Towards Autopoietic Computing

TL;DR

This paper reviews autopoiesis, a biological theory of self-organization and self-maintenance, exploring its potential application to creating scalable, robust computing systems inspired by biological processes.

Contribution

It provides a conceptual review linking autopoiesis to computation, aiming to develop a formal theory of autopoietic computing for complex system management.

Findings

Highlights properties of autopoiesis relevant to computing

Connects biological self-organization to computational theories

Lays groundwork for formal autopoietic computing models

Abstract

A key challenge in modern computing is to develop systems that address complex, dynamic problems in a scalable and efficient way, because the increasing complexity of software makes designing and maintaining efficient and flexible systems increasingly difficult.

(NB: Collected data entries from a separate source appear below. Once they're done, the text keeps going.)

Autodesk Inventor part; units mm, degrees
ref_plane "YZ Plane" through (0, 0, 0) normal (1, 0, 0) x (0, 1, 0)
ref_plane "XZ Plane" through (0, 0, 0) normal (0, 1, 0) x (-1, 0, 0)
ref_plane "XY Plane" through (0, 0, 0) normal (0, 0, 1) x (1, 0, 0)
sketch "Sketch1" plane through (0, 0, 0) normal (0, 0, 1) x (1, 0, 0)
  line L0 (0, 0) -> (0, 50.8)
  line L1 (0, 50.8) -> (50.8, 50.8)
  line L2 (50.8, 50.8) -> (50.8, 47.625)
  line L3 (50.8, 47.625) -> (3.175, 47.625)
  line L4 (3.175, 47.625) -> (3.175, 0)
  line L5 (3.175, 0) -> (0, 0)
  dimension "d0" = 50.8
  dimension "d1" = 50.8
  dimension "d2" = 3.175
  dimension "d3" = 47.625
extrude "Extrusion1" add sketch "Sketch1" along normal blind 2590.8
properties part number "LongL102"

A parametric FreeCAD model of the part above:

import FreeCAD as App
import Part
import Sketcher

V = App.Vector
Q = App.Units.Quantity


def add_polygon(sketch, points):
    """Adds a closed chain of lines whose ends are joined by coincident constraints."""
    first, n = sketch.GeometryCount, len(points)
    for a, b in zip(points, points[1:] + points[:1]):
        sketch.addGeometry(Part.LineSegment(App.Vector(*a, 0), App.Vector(*b, 0)), False)
    for i in range(n):
        sketch.addConstraint(Sketcher.Constraint("Coincident", first + i, 2, first + (i + 1) % n, 1))

doc = App.newDocument("Part")
body = doc.addObject("PartDesign::Body", "Body")

sketch1 = doc.addObject("Sketcher::SketchObject", "Sketch")
body.addObject(sketch1)
sketch1.AttachmentSupport = (doc.XY_Plane, [""])
sketch1.MapMode = "FlatFace"
add_polygon(sketch1, [(0, 50.8), (0, 0), (3.2, 0), (3.2, 47.6), (50.8, 47.6), (50.8, 50.8)])
sketch1.addConstraint(Sketcher.Constraint("Vertical", 0))
sketch1.addConstraint(Sketcher.Constraint("Horizontal", 1))
sketch1.addConstraint(Sketcher.Constraint("Vertical", 2))
sketch1.addConstraint(Sketcher.Constraint("Horizontal", 3))
sketch1.addConstraint(Sketcher.Constraint("Vertical", 4))
sketch1.addConstraint(Sketcher.Constraint("Horizontal", 5))
sketch1.addConstraint(Sketcher.Constraint("Coincident", 0, 2, -1, 1))
sketch1.addConstraint(Sketcher.Constraint("Equal", 5, 0))
sketch1.addConstraint(Sketcher.Constraint("Equal", 3, 2))
sketch1.addConstraint(Sketcher.Constraint("DistanceX", 5, 2, 5, 1, Q("2 in")))
sketch1.addConstraint(Sketcher.Constraint("DistanceX", 1, 1, 1, 2, Q("0.125 in")))
pad1 = doc.addObject("PartDesign::Pad", "Pad")
body.addObject(pad1)
pad1.Profile = sketch1
pad1.Length = Q("102 in")

doc.recompute()
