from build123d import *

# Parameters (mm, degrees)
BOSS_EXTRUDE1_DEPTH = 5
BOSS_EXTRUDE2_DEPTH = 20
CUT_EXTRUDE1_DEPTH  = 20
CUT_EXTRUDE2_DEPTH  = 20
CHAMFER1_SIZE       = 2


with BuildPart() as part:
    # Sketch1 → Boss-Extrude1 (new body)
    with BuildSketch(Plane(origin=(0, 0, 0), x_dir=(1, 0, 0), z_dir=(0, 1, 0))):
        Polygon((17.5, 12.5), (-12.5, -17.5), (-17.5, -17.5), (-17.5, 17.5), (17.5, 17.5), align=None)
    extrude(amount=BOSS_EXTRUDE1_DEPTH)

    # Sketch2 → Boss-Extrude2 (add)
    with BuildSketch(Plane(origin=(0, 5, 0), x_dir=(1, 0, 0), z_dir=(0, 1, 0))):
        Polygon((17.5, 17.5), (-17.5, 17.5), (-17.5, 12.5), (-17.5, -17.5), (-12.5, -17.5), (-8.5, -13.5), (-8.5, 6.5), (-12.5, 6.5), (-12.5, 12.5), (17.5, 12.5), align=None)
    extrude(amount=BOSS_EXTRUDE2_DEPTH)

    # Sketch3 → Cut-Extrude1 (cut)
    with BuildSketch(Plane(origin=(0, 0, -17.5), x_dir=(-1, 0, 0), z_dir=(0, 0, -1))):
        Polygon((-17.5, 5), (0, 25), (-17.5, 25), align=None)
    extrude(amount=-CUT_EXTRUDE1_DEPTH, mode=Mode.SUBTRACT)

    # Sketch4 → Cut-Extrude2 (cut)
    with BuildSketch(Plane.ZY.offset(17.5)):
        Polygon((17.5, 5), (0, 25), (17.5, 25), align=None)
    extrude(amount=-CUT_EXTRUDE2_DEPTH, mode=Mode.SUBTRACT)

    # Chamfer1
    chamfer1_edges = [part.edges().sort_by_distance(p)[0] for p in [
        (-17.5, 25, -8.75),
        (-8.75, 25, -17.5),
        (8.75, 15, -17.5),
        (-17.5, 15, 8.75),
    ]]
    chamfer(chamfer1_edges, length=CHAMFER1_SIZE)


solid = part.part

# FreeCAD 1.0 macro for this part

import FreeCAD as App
import Part
import Sketcher
from FreeCAD import Vector


def edges_at(feature, points):
    """Names of the edges that pass closest to the given points."""
    edges = feature.Shape.Edges
    near = lambda p: min(range(len(edges)), key=lambda i: edges[i].distToShape(Part.Vertex(*p))[0])
    return sorted({f"Edge{near(p) + 1}" for p in points})


def add_polygon(sketch, points):
    """Adds a closed chain of lines whose ends are joined by coincident constraints."""
    first, n = sketch.GeometryCount, len(points)
    for a, b in zip(points, points[1:] + points[:1]):
        sketch.addGeometry(Part.LineSegment(App.Vector(*a, 0), App.Vector(*b, 0)), False)
    for i in range(n):
        sketch.addConstraint(Sketcher.Constraint("Coincident", first + i, 2, first + (i + 1) % n, 1))

doc = App.newDocument("Part")
params = doc.addObject("Spreadsheet::Sheet", "Params")
for row, (alias, value) in enumerate([
    ("sketch1_width", "35 mm"),
    ("sketch1_width2", "5 mm"),
    ("pad1_length", "5 mm"),
    ("sketch2_width", "35 mm"),
    ("sketch2_width2", "5 mm"),
    ("sketch2_width3", "4 mm"),
    ("sketch2_height", "20 mm"),
    ("sketch2_height2", "6 mm"),
    ("pad2_length", "20 mm"),
    ("sketch3_height", "20 mm"),
    ("sketch3_width", "17.5 mm"),
    ("pocket1_length", "20 mm"),
    ("sketch4_width", "20 mm"),
    ("sketch4_height", "17.5 mm"),
    ("pocket2_length", "20 mm"),
    ("chamfer_size", "2 mm"),
], start=1):
    params.set(f"A{row}", alias)
    params.set(f"B{row}", "=" + value)
    params.setAlias(f"B{row}", alias)

body = doc.addObject("PartDesign::Body", "Body")

sketch1 = doc.addObject("Sketcher::SketchObject", "Sketch")
body.addObject(sketch1)
sketch1.AttachmentSupport = (doc.XZ_Plane, [""])
sketch1.MapMode = "FlatFace"
add_polygon(sketch1, [(-12, 18), (18, -12), (18, -18), (-18, -18), (-18, 18)])
sketch1.addConstraint([
    Sketcher.Constraint("Vertical", 1),
    Sketcher.Constraint("Horizontal", 2),
    Sketcher.Constraint("Vertical", 3),
    Sketcher.Constraint("Horizontal", 4),
    Sketcher.Constraint("Symmetric", 1, 2, 3, 2, -1, 1),
    Sketcher.Constraint("Equal", 4, 1),
    Sketcher.Constraint("Equal", 2, 3),
    Sketcher.Constraint("DistanceX", 2, 2, 2, 1, 35.0),
    Sketcher.Constraint("DistanceX", 4, 1, 4, 2, 5.0),
])
sketch1.setExpression("Constraints[12]", "Params.sketch1_width")
sketch1.setExpression("Constraints[13]", "Params.sketch1_width2")
pad1 = doc.addObject("PartDesign::Pad", "Pad")
body.addObject(pad1)
pad1.Profile = sketch1
pad1.setExpression("Length", "Params.pad1_length")
pad1.Reversed = True

sketch2 = doc.addObject("Sketcher::SketchObject", "Sketch001")
body.addObject(sketch2)
sketch2.AttachmentSupport = (doc.XZ_Plane, [""])
sketch2.MapMode = "FlatFace"
sketch2.AttachmentOffset = App.Placement(Vector(0, 0, -5), App.Rotation())
add_polygon(sketch2, [(17.5, -17.5), (-17.5, -17.5), (-17.5, 17.5), (-12.5, 17.5), (-8.5, 13.5), (-8.5, -6.5), (-12.5, -6.5), (-12.5, -12.5), (17.5, -12.5)])
sketch2.addConstraint([
    Sketcher.Constraint("Horizontal", 0),
    Sketcher.Constraint("Vertical", 1),
    Sketcher.Constraint("Horizontal", 2),
    Sketcher.Constraint("Vertical", 4),
    Sketcher.Constraint("Horizontal", 5),
    Sketcher.Constraint("Vertical", 6),
    Sketcher.Constraint("Horizontal", 7),
    Sketcher.Constraint("Vertical", 8),
    Sketcher.Constraint("Symmetric", 1, 2, 8, 2, -1, 1),
    Sketcher.Constraint("Vertical", 2, 2, 5, 2),
    Sketcher.Constraint("Equal", 0, 1),
    Sketcher.Constraint("Equal", 2, 8),
    Sketcher.Constraint("DistanceX", 0, 2, 0, 1, 35.0),
    Sketcher.Constraint("DistanceX", 2, 1, 2, 2, 5.0),
    Sketcher.Constraint("DistanceX", 5, 2, 5, 1, 4.0),
    Sketcher.Constraint("DistanceY", 4, 2, 4, 1, 20.0),
    Sketcher.Constraint("DistanceY", 6, 2, 6, 1, 6.0),
])
sketch2.setExpression("Constraints[21]", "Params.sketch2_width")
sketch2.setExpression("Constraints[22]", "Params.sketch2_width2")
sketch2.setExpression("Constraints[23]", "Params.sketch2_width3")
sketch2.setExpression("Constraints[24]", "Params.sketch2_height")
sketch2.setExpression("Constraints[25]", "Params.sketch2_height2")
pad2 = doc.addObject("PartDesign::Pad", "Pad001")
body.addObject(pad2)
pad2.Profile = sketch2
pad2.setExpression("Length", "Params.pad2_length")
pad2.Reversed = True

sketch3 = doc.addObject("Sketcher::SketchObject", "Sketch002")
body.addObject(sketch3)
sketch3.AttachmentSupport = (doc.XY_Plane, [""])
sketch3.MapMode = "FlatFace"
sketch3.AttachmentOffset = App.Placement(Vector(0, 0, -17.5), App.Rotation())
add_polygon(sketch3, [(18, 5), (0, 25), (18, 25)])
sketch3.addConstraint([
    Sketcher.Constraint("Horizontal", 1),
    Sketcher.Constraint("Vertical", 2),
    Sketcher.Constraint("PointOnObject", 0, 2, -2),
    Sketcher.Constraint("DistanceY", 2, 2, 2, 1, 20.0),
    Sketcher.Constraint("DistanceX", 1, 1, 1, 2, 17.5),
    Sketcher.Constraint("DistanceY", -1, 1, 0, 2, 25.0),
])
sketch3.setExpression("Constraints[6]", "Params.sketch3_height")
sketch3.setExpression("Constraints[7]", "Params.sketch3_width")
pocket1 = doc.addObject("PartDesign::Pocket", "Pocket")
body.addObject(pocket1)
pocket1.Profile = sketch3
pocket1.setExpression("Length", "Params.pocket1_length")
pocket1.Reversed = True

sketch4 = doc.addObject("Sketcher::SketchObject", "Sketch003")
body.addObject(sketch4)
sketch4.AttachmentSupport = (doc.YZ_Plane, [""])
sketch4.MapMode = "FlatFace"
sketch4.AttachmentOffset = App.Placement(Vector(0, 0, -17.5), App.Rotation())
add_polygon(sketch4, [(25, 0), (5, 18), (25, 18)])
sketch4.addConstraint([
    Sketcher.Constraint("Horizontal", 1),
    Sketcher.Constraint("Vertical", 2),
    Sketcher.Constraint("PointOnObject", 2, 2, -1),
    Sketcher.Constraint("DistanceX", 1, 1, 1, 2, 20.0),
    Sketcher.Constraint("DistanceY", 2, 2, 2, 1, 17.5),
    Sketcher.Constraint("DistanceX", -1, 1, 0, 2, 5.0),
])
sketch4.setExpression("Constraints[6]", "Params.sketch4_width")
sketch4.setExpression("Constraints[7]", "Params.sketch4_height")
pocket2 = doc.addObject("PartDesign::Pocket", "Pocket001")
body.addObject(pocket2)
pocket2.Profile = sketch4
pocket2.setExpression("Length", "Params.pocket2_length")
pocket2.Reversed = True
doc.recompute()

chamfer = doc.addObject("PartDesign::Chamfer", "Chamfer")
body.addObject(chamfer)
chamfer.Base = (pocket2, edges_at(pocket2, [
    (-17.5, 25, -8.75),
    (-8.75, 25, -17.5),
    (8.75, 15, -17.5),
    (-17.5, 15, 8.75),
]))
chamfer.setExpression("Size", "Params.chamfer_size")

doc.recompute()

Biological systems are thought to possess robust, scalable processing paradigms that can automatically manage complex, dynamic problem spaces, possessing several properties that may be useful in computer systems. The biological properties of self-organisation, self-replication, self-management, and scalability are addressed in an interesting way by autopoiesis, a descriptive theory of the cell founded on the concept of a system's circular organisation to define its boundary with its environment. In this paper, therefore, we review the main concepts of autopoiesis and then discuss how they could be related to fundamental concepts and theories of computation. The paper is conceptual in nature and the emphasis is on the review of other people's work in this area as part of a longer-term strategy to develop a formal theory of autopoietic computing.